Tll us how u rlly fel Dale


----------



## bassmastermjb (Apr 8, 2004)

DaleM said:


> You really should try to use spell check.
> I understand lots of people tex message, but this isn't a tex message place. Please try to actually spell out the words. Makes it a lot easier to read and understand.



AMEN!!!!!!!!!!! Why is it so hard to spell a word? Your not saving any time and come across as a 2nd grade dropout.................Mark


----------



## Double J (Jan 7, 2009)

that shanty could have blown clear to the refuge or went in the drink as well.when the wind catches a shanty it can blow it for miles.just my 2 cents.Double J.


----------



## keepinitreel (Apr 11, 2004)

I wonder if he is related to Eriesteamer?????


----------



## CRAPPIE LOVER (Feb 11, 2007)

DaleM I have to agree with you spell it out don't tex it ....Like these kids today texing one another..They are going to lose the concept of being able to talk to one another...English if it is spelt wrong so what...JIM....CL....


----------



## Stripers4Life (May 2, 2007)

keepinitreel said:


> i wonder if he is related to eriesteamer?????

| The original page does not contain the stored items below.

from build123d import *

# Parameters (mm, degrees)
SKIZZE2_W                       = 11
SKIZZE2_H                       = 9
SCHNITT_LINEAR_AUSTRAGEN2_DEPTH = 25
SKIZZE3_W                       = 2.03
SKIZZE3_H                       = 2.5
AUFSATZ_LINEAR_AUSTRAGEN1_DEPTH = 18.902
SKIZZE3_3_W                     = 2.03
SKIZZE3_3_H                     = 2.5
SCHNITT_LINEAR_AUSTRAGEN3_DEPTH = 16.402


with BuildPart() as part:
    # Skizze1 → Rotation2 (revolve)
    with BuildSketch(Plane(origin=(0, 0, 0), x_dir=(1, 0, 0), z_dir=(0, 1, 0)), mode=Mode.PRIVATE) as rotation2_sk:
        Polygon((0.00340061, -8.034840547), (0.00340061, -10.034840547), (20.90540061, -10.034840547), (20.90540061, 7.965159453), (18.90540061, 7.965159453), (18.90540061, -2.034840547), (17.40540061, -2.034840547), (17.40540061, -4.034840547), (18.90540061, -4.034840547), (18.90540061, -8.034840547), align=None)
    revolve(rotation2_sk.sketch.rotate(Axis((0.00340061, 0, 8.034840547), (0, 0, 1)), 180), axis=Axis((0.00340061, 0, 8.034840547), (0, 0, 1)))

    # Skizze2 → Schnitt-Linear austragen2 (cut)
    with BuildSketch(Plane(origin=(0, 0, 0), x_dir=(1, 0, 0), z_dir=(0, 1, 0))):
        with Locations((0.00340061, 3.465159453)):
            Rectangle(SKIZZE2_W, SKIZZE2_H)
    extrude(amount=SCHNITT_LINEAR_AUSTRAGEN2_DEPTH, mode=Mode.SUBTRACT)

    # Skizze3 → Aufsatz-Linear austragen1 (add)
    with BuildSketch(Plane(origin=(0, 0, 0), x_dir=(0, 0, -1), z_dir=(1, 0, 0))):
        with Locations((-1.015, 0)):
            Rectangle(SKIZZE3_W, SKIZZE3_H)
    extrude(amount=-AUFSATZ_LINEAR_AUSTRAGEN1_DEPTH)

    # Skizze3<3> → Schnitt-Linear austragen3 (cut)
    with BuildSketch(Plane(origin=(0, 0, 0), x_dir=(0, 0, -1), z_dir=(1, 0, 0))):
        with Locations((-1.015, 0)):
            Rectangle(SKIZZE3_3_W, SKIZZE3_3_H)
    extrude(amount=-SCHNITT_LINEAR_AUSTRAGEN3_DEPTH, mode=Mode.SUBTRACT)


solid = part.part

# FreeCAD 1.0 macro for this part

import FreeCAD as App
import Part
import Sketcher
from FreeCAD import Vector


def add_polygon(sketch, points):
    """Adds a closed chain of lines whose ends are joined by coincident constraints."""
    first, n = sketch.GeometryCount, len(points)
    for a, b in zip(points, points[1:] + points[:1]):
        sketch.addGeometry(Part.LineSegment(App.Vector(*a, 0), App.Vector(*b, 0)), False)
    for i in range(n):
        sketch.addConstraint(Sketcher.Constraint("Coincident", first + i, 2, first + (i + 1) % n, 1))

doc = App.newDocument("Part")
params = doc.addObject("Spreadsheet::Sheet", "Params")
for row, (alias, value) in enumerate([
    ("sketch1_width", "2 mm"),
    ("sketch1_height", "18 mm"),
    ("sketch1_height2", "10 mm"),
    ("sketch1_width2", "1.5 mm"),
    ("revolution_angle", "360 deg"),
    ("sketch2_width", "11 mm"),
    ("sketch2_height", "9 mm"),
    ("pocket1_length", "25 mm"),
    ("sketch3_width", "2.5 mm"),
    ("sketch3_height", "2.03 mm"),
    ("pad1_length", "18.902 mm"),
    ("sketch4_width", "2.5 mm"),
    ("sketch4_height", "2.03 mm"),
    ("pocket2_length", "16.402 mm"),
], start=1):
    params.set(f"A{row}", alias)
    params.set(f"B{row}", "=" + value)
    params.setAlias(f"B{row}", alias)

body = doc.addObject("PartDesign::Body", "Body")

sketch1 = doc.addObject("Sketcher::SketchObject", "Sketch")
body.addObject(sketch1)
sketch1.AttachmentSupport = (doc.XZ_Plane, [""])
sketch1.MapMode = "FlatFace"
add_polygon(sketch1, [(0.003401, 8.034841), (0.003401, 10.034841), (20.905401, 10.034841), (20.905401, -7.965159), (18.905401, -7.965159), (18.905401, 2.034841), (17.405401, 2.034841), (17.405401, 4.034841), (18.905401, 4.034841), (18.905401, 8.034841)])
sketch1.addGeometry(Part.LineSegment(Vector(0.003401, -7.965159, 0), Vector(0.003401, 10.034841, 0)), True)
sketch1.addConstraint(Sketcher.Constraint("Vertical", 0))
sketch1.addConstraint(Sketcher.Constraint("Horizontal", 1))
sketch1.addConstraint(Sketcher.Constraint("Vertical", 2))
sketch1.addConstraint(Sketcher.Constraint("Horizontal", 3))
sketch1.addConstraint(Sketcher.Constraint("Vertical", 4))
sketch1.addConstraint(Sketcher.Constraint("Horizontal", 5))
sketch1.addConstraint(Sketcher.Constraint("Vertical", 6))
sketch1.addConstraint(Sketcher.Constraint("Horizontal", 7))
sketch1.addConstraint(Sketcher.Constraint("Vertical", 8))
sketch1.addConstraint(Sketcher.Constraint("Horizontal", 9))
sketch1.addConstraint(Sketcher.Constraint("Vertical", 10))
sketch1.addConstraint(Sketcher.Constraint("Coincident", 10, 2, 0, 2))
sketch1.addConstraint(Sketcher.Constraint("Horizontal", 3, 2, 10, 1))
sketch1.addConstraint(Sketcher.Constraint("Vertical", 4, 2, 7, 2))
sketch1.addConstraint(Sketcher.Constraint("Equal", 3, 0))
sketch1.addConstraint(Sketcher.Constraint("Equal", 0, 6))
sketch1.addConstraint(Sketcher.Constraint("DistanceX", 3, 2, 3, 1, 2.0))
sketch1.addConstraint(Sketcher.Constraint("DistanceY", 2, 2, 2, 1, 18.0))
sketch1.addConstraint(Sketcher.Constraint("DistanceY", 4, 1, 4, 2, 10.0))
sketch1.addConstraint(Sketcher.Constraint("DistanceX", 5, 2, 5, 1, 1.5))
sketch1.addConstraint(Sketcher.Constraint("DistanceX", 1, 1, 1, 2, 20.902))
sketch1.addConstraint(Sketcher.Constraint("DistanceX", -1, 1, 0, 2, 0.003401))
sketch1.addConstraint(Sketcher.Constraint("DistanceY", -1, 1, 0, 2, 10.034841))
sketch1.setExpression("Constraints[26]", "Params.sketch1_width")
sketch1.setExpression("Constraints[27]", "Params.sketch1_height")
sketch1.setExpression("Constraints[28]", "Params.sketch1_height2")
sketch1.setExpression("Constraints[29]", "Params.sketch1_width2")
revolution = doc.addObject("PartDesign::Revolution", "Revolution")
body.addObject(revolution)
revolution.Profile = sketch1
revolution.ReferenceAxis = (sketch1, ["Axis0"])
revolution.setExpression("Angle", "Params.revolution_angle")

sketch2 = doc.addObject("Sketcher::SketchObject", "Sketch001")
body.addObject(sketch2)
sketch2.AttachmentSupport = (doc.XZ_Plane, [""])
sketch2.MapMode = "FlatFace"
add_polygon(sketch2, [(-5.496599, -7.965159), (-5.496599, 1.034841), (5.503401, 1.034841), (5.503401, -7.965159)])
sketch2.addConstraint(Sketcher.Constraint("Vertical", 0))
sketch2.addConstraint(Sketcher.Constraint("Horizontal", 1))
sketch2.addConstraint(Sketcher.Constraint("Vertical", 2))
sketch2.addConstraint(Sketcher.Constraint("Horizontal", 3))
sketch2.addConstraint(Sketcher.Constraint("DistanceX", 1, 1, 1, 2, 11.0))
sketch2.addConstraint(Sketcher.Constraint("DistanceY", 0, 1, 0, 2, 9.0))
sketch2.addConstraint(Sketcher.Constraint("DistanceX", 0, 2, -1, 1, 5.496599))
sketch2.addConstraint(Sketcher.Constraint("DistanceY", -1, 1, 0, 2, 1.034841))
sketch2.setExpression("Constraints[8]", "Params.sketch2_width")
sketch2.setExpression("Constraints[9]", "Params.sketch2_height")
pocket1 = doc.addObject("PartDesign::Pocket", "Pocket")
body.addObject(pocket1)
pocket1.Profile = sketch2
pocket1.setExpression("Length", "Params.pocket1_length")

sketch3 = doc.addObject("Sketcher::SketchObject", "Sketch002")
body.addObject(sketch3)
sketch3.AttachmentSupport = (doc.YZ_Plane, [""])
sketch3.MapMode = "FlatFace"
add_polygon(sketch3, [(1.25, 2.03), (-1.25, 2.03), (-1.25, 0), (1.25, 0)])
sketch3.addConstraint(Sketcher.Constraint("Horizontal", 0))
sketch3.addConstraint(Sketcher.Constraint("Vertical", 1))
sketch3.addConstraint(Sketcher.Constraint("Horizontal", 2))
sketch3.addConstraint(Sketcher.Constraint("Vertical", 3))
sketch3.addConstraint(Sketcher.Constraint("Symmetric", 1, 2, 2, 2, -1, 1))
sketch3.addConstraint(Sketcher.Constraint("DistanceX", 0, 2, 0, 1, 2.5))
sketch3.addConstraint(Sketcher.Constraint("DistanceY", 1, 2, 1, 1, 2.03))
sketch3.setExpression("Constraints[9]", "Params.sketch3_width")
sketch3.setExpression("Constraints[10]", "Params.sketch3_height")
pad1 = doc.addObject("PartDesign::Pad", "Pad")
body.addObject(pad1)
pad1.Profile = sketch3
pad1.setExpression("Length", "Params.pad1_length")
pad1.Reversed = True

sketch4 = doc.addObject("Sketcher::SketchObject", "Sketch003")
body.addObject(sketch4)
sketch4.AttachmentSupport = (doc.YZ_Plane, [""])
sketch4.MapMode = "FlatFace"
add_polygon(sketch4, [(1.25, 2.03), (-1.25, 2.03), (-1.25, 0), (1.25, 0)])
sketch4.addConstraint(Sketcher.Constraint("Horizontal", 0))
sketch4.addConstraint(Sketcher.Constraint("Vertical", 1))
sketch4.addConstraint(Sketcher.Constraint("Horizontal", 2))
sketch4.addConstraint(Sketcher.Constraint("Vertical", 3))
sketch4.addConstraint(Sketcher.Constraint("Symmetric", 1, 2, 2, 2, -1, 1))
sketch4.addConstraint(Sketcher.Constraint("DistanceX", 0, 2, 0, 1, 2.5))
sketch4.addConstraint(Sketcher.Constraint("DistanceY", 1, 2, 1, 1, 2.03))
sketch4.setExpression("Constraints[9]", "Params.sketch4_width")
sketch4.setExpression("Constraints[10]", "Params.sketch4_height")
pocket2 = doc.addObject("PartDesign::Pocket", "Pocket001")
body.addObject(pocket2)
pocket2.Profile = sketch4
pocket2.setExpression("Length", "Params.pocket2_length")

doc.recompute()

hahahahahahahaha!!!!!!!!!!!!


----------



## Ted Dressel (Dec 16, 2006)

I hope you get your shanty back.I feel sorry for the guys that took it God will get them 7 times fold.


----------



## Dfrenzy (Dec 18, 2008)

That shanty was still there sunday morning. It looked to be a pop up shanty with some gear on top. It wasn't opened up it was in tow mode so it couldn't blow away in that deep snow. I saw it coming across the causeway and thought someone might be trapped under the ice. I hurried up to get to the bait shop to ask Linda if she knew if it was there and she said that someone had gone in the day before. I would have went out and drug it in for you but I had my 5 year old with me and couldn't leave him. Sorry but leaving it was a risky chance. Sorry for your loss. I hope some one reports it and returns it.


----------



## rhino h (Feb 2, 2009)

I dont know if this helps, but there is a clam 5x6 for sale on daytons craigslist out of middletown.


----------



## jjensen6823 (Jan 11, 2010)

Yeah, I knew leaving it was risky, but I was mostly concerned with getting dry and warm at that time. I was kinda hoping there was enough honor among all the ice fisherman that no one would take it, but like moke said, it only takes one or two jerks to give us all a bad name.

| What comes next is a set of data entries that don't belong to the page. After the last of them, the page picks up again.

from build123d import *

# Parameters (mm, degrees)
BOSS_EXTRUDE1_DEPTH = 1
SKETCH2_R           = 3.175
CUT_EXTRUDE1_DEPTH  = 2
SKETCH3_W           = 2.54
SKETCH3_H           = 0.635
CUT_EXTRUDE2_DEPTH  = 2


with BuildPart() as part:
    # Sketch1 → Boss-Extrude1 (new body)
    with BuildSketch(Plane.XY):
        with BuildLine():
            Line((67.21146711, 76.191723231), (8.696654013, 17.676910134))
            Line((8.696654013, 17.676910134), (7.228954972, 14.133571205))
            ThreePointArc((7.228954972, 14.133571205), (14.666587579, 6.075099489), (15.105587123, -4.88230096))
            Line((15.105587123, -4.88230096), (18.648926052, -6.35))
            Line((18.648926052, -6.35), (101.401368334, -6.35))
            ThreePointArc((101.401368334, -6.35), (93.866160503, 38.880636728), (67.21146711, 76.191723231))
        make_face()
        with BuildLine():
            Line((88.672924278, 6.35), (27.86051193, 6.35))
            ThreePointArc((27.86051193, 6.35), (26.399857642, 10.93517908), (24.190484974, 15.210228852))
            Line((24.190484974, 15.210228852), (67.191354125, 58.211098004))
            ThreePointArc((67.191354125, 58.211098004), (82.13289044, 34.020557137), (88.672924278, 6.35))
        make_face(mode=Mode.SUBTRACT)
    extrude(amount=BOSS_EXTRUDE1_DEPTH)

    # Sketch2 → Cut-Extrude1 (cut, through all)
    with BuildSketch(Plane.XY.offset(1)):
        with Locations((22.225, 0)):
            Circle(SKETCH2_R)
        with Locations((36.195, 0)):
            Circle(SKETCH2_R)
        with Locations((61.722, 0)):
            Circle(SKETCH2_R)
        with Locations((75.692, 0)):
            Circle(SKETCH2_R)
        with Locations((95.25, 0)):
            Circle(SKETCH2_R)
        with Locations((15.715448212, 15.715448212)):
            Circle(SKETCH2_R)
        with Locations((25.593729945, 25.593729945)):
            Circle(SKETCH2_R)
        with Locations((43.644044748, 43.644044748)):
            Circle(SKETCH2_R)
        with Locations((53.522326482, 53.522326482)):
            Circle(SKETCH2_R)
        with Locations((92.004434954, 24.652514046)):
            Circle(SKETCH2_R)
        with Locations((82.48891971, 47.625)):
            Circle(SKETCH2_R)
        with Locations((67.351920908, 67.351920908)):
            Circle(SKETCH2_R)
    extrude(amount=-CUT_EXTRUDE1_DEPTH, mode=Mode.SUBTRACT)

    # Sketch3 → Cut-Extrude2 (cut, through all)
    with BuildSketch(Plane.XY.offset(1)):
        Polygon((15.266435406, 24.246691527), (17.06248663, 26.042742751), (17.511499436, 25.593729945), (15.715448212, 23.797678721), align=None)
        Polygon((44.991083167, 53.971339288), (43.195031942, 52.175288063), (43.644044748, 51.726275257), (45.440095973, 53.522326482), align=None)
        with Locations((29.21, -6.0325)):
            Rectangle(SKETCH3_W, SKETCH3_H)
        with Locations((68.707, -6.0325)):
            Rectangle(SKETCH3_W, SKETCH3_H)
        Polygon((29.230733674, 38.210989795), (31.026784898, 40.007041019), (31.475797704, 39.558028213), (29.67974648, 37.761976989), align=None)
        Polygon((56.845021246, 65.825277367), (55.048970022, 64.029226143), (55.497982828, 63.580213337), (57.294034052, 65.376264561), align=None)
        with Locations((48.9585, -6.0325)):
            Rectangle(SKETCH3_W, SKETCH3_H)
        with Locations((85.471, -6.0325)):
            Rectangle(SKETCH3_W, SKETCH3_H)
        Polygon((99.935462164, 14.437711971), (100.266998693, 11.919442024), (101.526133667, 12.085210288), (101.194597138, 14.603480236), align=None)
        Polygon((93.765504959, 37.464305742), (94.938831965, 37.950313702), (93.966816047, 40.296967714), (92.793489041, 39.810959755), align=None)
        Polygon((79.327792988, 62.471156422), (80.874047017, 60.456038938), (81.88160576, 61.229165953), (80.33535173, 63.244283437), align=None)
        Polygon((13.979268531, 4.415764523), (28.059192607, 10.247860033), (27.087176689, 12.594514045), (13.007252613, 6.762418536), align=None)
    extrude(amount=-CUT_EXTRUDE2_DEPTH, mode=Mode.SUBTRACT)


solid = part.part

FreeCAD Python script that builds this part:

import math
import FreeCAD as App
import Part
import Sketcher

V = App.Vector
Q = App.Units.Quantity


def add_polygon(sketch, points):
    """Adds a closed chain of lines whose ends are joined by coincident constraints."""
    first, n = sketch.GeometryCount, len(points)
    for a, b in zip(points, points[1:] + points[:1]):
        sketch.addGeometry(Part.LineSegment(App.Vector(*a, 0), App.Vector(*b, 0)), False)
    for i in range(n):
        sketch.addConstraint(Sketcher.Constraint("Coincident", first + i, 2, first + (i + 1) % n, 1))

doc = App.newDocument("Part")
body = doc.addObject("PartDesign::Body", "Body")

sketch1 = body.newObject("Sketcher::SketchObject", "Sketch")
sketch1.AttachmentSupport = (doc.getObject("XY_Plane"), [""])
sketch1.MapMode = "FlatFace"
sketch1.addGeometry([
    Part.LineSegment(V(67.211467, 76.191723, 0), V(8.696654, 17.67691, 0)),
    Part.LineSegment(V(8.696654, 17.67691, 0), V(7.228955, 14.133571, 0)),
    Part.ArcOfCircle(Part.Circle(V(0, 0, 0), V(0, 0, 1), 15.875), math.radians(-17.911434), math.radians(62.911434)),
    Part.LineSegment(V(15.105587, -4.882301, 0), V(18.648926, -6.35, 0)),
    Part.LineSegment(V(18.648926, -6.35, 0), V(101.401368, -6.35, 0)),
    Part.ArcOfCircle(Part.Circle(V(0, 0, 0), V(0, 0, 1), 101.6), math.radians(-3.583322), math.radians(48.583322)),
    Part.ArcOfCircle(Part.Circle(V(0, 0, 0), V(0, 0, 1), 88.9), math.radians(4.096044), math.radians(40.903956)),
    Part.LineSegment(V(88.672924, 6.35, 0), V(27.860512, 6.35, 0)),
    Part.ArcOfCircle(Part.Circle(V(0, 0, 0), V(0, 0, 1), 28.575), math.radians(12.839588), math.radians(32.160412)),
    Part.LineSegment(V(24.190485, 15.210229, 0), V(67.191354, 58.211098, 0)),
], False)
sketch1.addConstraint([
    Sketcher.Constraint("Coincident", 0, 2, 1, 1),
    Sketcher.Constraint("Coincident", 1, 2, 2, 2),
    Sketcher.Constraint("Coincident", 2, 1, 3, 1),
    Sketcher.Constraint("Coincident", 3, 2, 4, 1),
    Sketcher.Constraint("Coincident", 4, 2, 5, 1),
    Sketcher.Constraint("Coincident", 5, 2, 0, 1),
    Sketcher.Constraint("Coincident", 6, 1, 7, 1),
    Sketcher.Constraint("Coincident", 7, 2, 8, 1),
    Sketcher.Constraint("Coincident", 8, 2, 9, 1),
    Sketcher.Constraint("Coincident", 9, 2, 6, 2),
    Sketcher.Constraint("Horizontal", 4),
    Sketcher.Constraint("Horizontal", 7),
    Sketcher.Constraint("Coincident", 2, 3, -1, 1),
    Sketcher.Constraint("Coincident", 5, 3, -1, 1),
    Sketcher.Constraint("Coincident", 6, 3, -1, 1),
    Sketcher.Constraint("Coincident", 8, 3, -1, 1),
    Sketcher.Constraint("Perpendicular", 1, 3),
    Sketcher.Constraint("Parallel", 0, 9),
    Sketcher.Constraint("Equal", 1, 3),
    Sketcher.Constraint("Radius", 5, Q("4 in")),
    Sketcher.Constraint("Radius", 6, Q("3.5 in")),
    Sketcher.Constraint("Angle", 0, Q("-135 deg")),
    Sketcher.Constraint("Radius", 2, Q("0.625 in")),
    Sketcher.Constraint("Radius", 8, Q("1.125 in")),
    Sketcher.Constraint("Angle", 1, Q("-112.5 deg")),
    Sketcher.Constraint("DistanceY", 4, 2, 6, 1, Q("0.5 in")),
    Sketcher.Constraint("DistanceY", 3, 2, -1, 1, Q("0.25 in")),
    Sketcher.Constraint("DistanceY", 2, 1, -1, 1, 4.882301),
    Sketcher.Constraint("DistanceY", -1, 1, 9, 2, 58.211098),
    Sketcher.Constraint("DistanceX", 5, 2, 4, 2, 34.189901),
])
pad1 = body.newObject("PartDesign::Pad", "Pad")
pad1.Profile = sketch1
pad1.Length = 1

sketch2 = body.newObject("Sketcher::SketchObject", "Sketch001")
sketch2.AttachmentSupport = (doc.getObject("XY_Plane"), [""])
sketch2.MapMode = "FlatFace"
sketch2.AttachmentOffset = App.Placement(V(0, 0, 1), App.Rotation())
sketch2.addGeometry([
    Part.Circle(V(22.225, 0, 0), V(0, 0, 1), 3.175),
    Part.Circle(V(36.195, 0, 0), V(0, 0, 1), 3.175),
    Part.Circle(V(61.722, 0, 0), V(0, 0, 1), 3.175),
    Part.Circle(V(75.692, 0, 0), V(0, 0, 1), 3.175),
    Part.Circle(V(95.25, 0, 0), V(0, 0, 1), 3.175),
    Part.Circle(V(15.715448, 15.715448, 0), V(0, 0, 1), 3.175),
    Part.Circle(V(25.59373, 25.59373, 0), V(0, 0, 1), 3.175),
    Part.Circle(V(43.644045, 43.644045, 0), V(0, 0, 1), 3.175),
    Part.Circle(V(53.522326, 53.522326, 0), V(0, 0, 1), 3.175),
    Part.Circle(V(92.004435, 24.652514, 0), V(0, 0, 1), 3.175),
    Part.Circle(V(82.48892, 47.625, 0), V(0, 0, 1), 3.175),
    Part.Circle(V(67.351921, 67.351921, 0), V(0, 0, 1), 3.175),
], False)
sketch2.addConstraint([
    Sketcher.Constraint("Equal", 0, 1),
    Sketcher.Constraint("Equal", 1, 2),
    Sketcher.Constraint("Equal", 2, 3),
    Sketcher.Constraint("Equal", 3, 4),
    Sketcher.Constraint("Equal", 4, 5),
    Sketcher.Constraint("Equal", 5, 6),
    Sketcher.Constraint("Equal", 6, 7),
    Sketcher.Constraint("Equal", 7, 8),
    Sketcher.Constraint("Equal", 8, 9),
    Sketcher.Constraint("Equal", 9, 10),
    Sketcher.Constraint("Equal", 10, 11),
    Sketcher.Constraint("PointOnObject", 0, 3, -1),
    Sketcher.Constraint("PointOnObject", 1, 3, -1),
    Sketcher.Constraint("PointOnObject", 2, 3, -1),
    Sketcher.Constraint("PointOnObject", 3, 3, -1),
    Sketcher.Constraint("PointOnObject", 4, 3, -1),
    Sketcher.Constraint("Diameter", 0, Q("0.25 in")),
    Sketcher.Constraint("DistanceX", -1, 1, 2, 3, Q("2.43 in")),
    Sketcher.Constraint("DistanceX", -1, 1, 3, 3, Q("2.98 in")),
    Sketcher.Constraint("DistanceX", -1, 1, 4, 3, Q("3.75 in")),
    Sketcher.Constraint("DistanceX", 0, 3, 1, 3, Q("0.55 in")),
    Sketcher.Constraint("DistanceX", -1, 1, 0, 3, Q("0.875 in")),
    Sketcher.Constraint("DistanceY", -1, 1, 10, 3, Q("1.875 in")),
    Sketcher.Constraint("DistanceX", 11, 3, 10, 3, 15.136999),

Maybe I'll try again next year.


----------



## WestBranchJoe (Jan 13, 2009)

It's very disappointing that your things were not returned to you. The unfortunate truth is that 95% of us do the right things. We return found items, we clean up after not only ourselves but others, we follow the fishing regulations when we harvest fish. However, the other 5% just refuses to give a d**n, and whats worse is not only do they not feel guilty but they feel they are justified in doing whatever they want.

At least this story has only ended with some stolen fishing gear and you were at least able to make it out safely and will have the opportunity to fish again.

Joe


----------



## allwayzfishin (Apr 30, 2008)

nice meetin u today jjenson at marks. hope u get blessed with some new gear and a ton of good days on the water. its a shame this happened to such a nice fella.


----------



## bassmastermjb (Apr 8, 2004)

jjenson, same here.I had no idea it was you who lost the shanty. Worse yet to hear you also lost your auger and tackle box too. You've been a great customer the past 5 years, if I can help in any way, just ask.........Mark


----------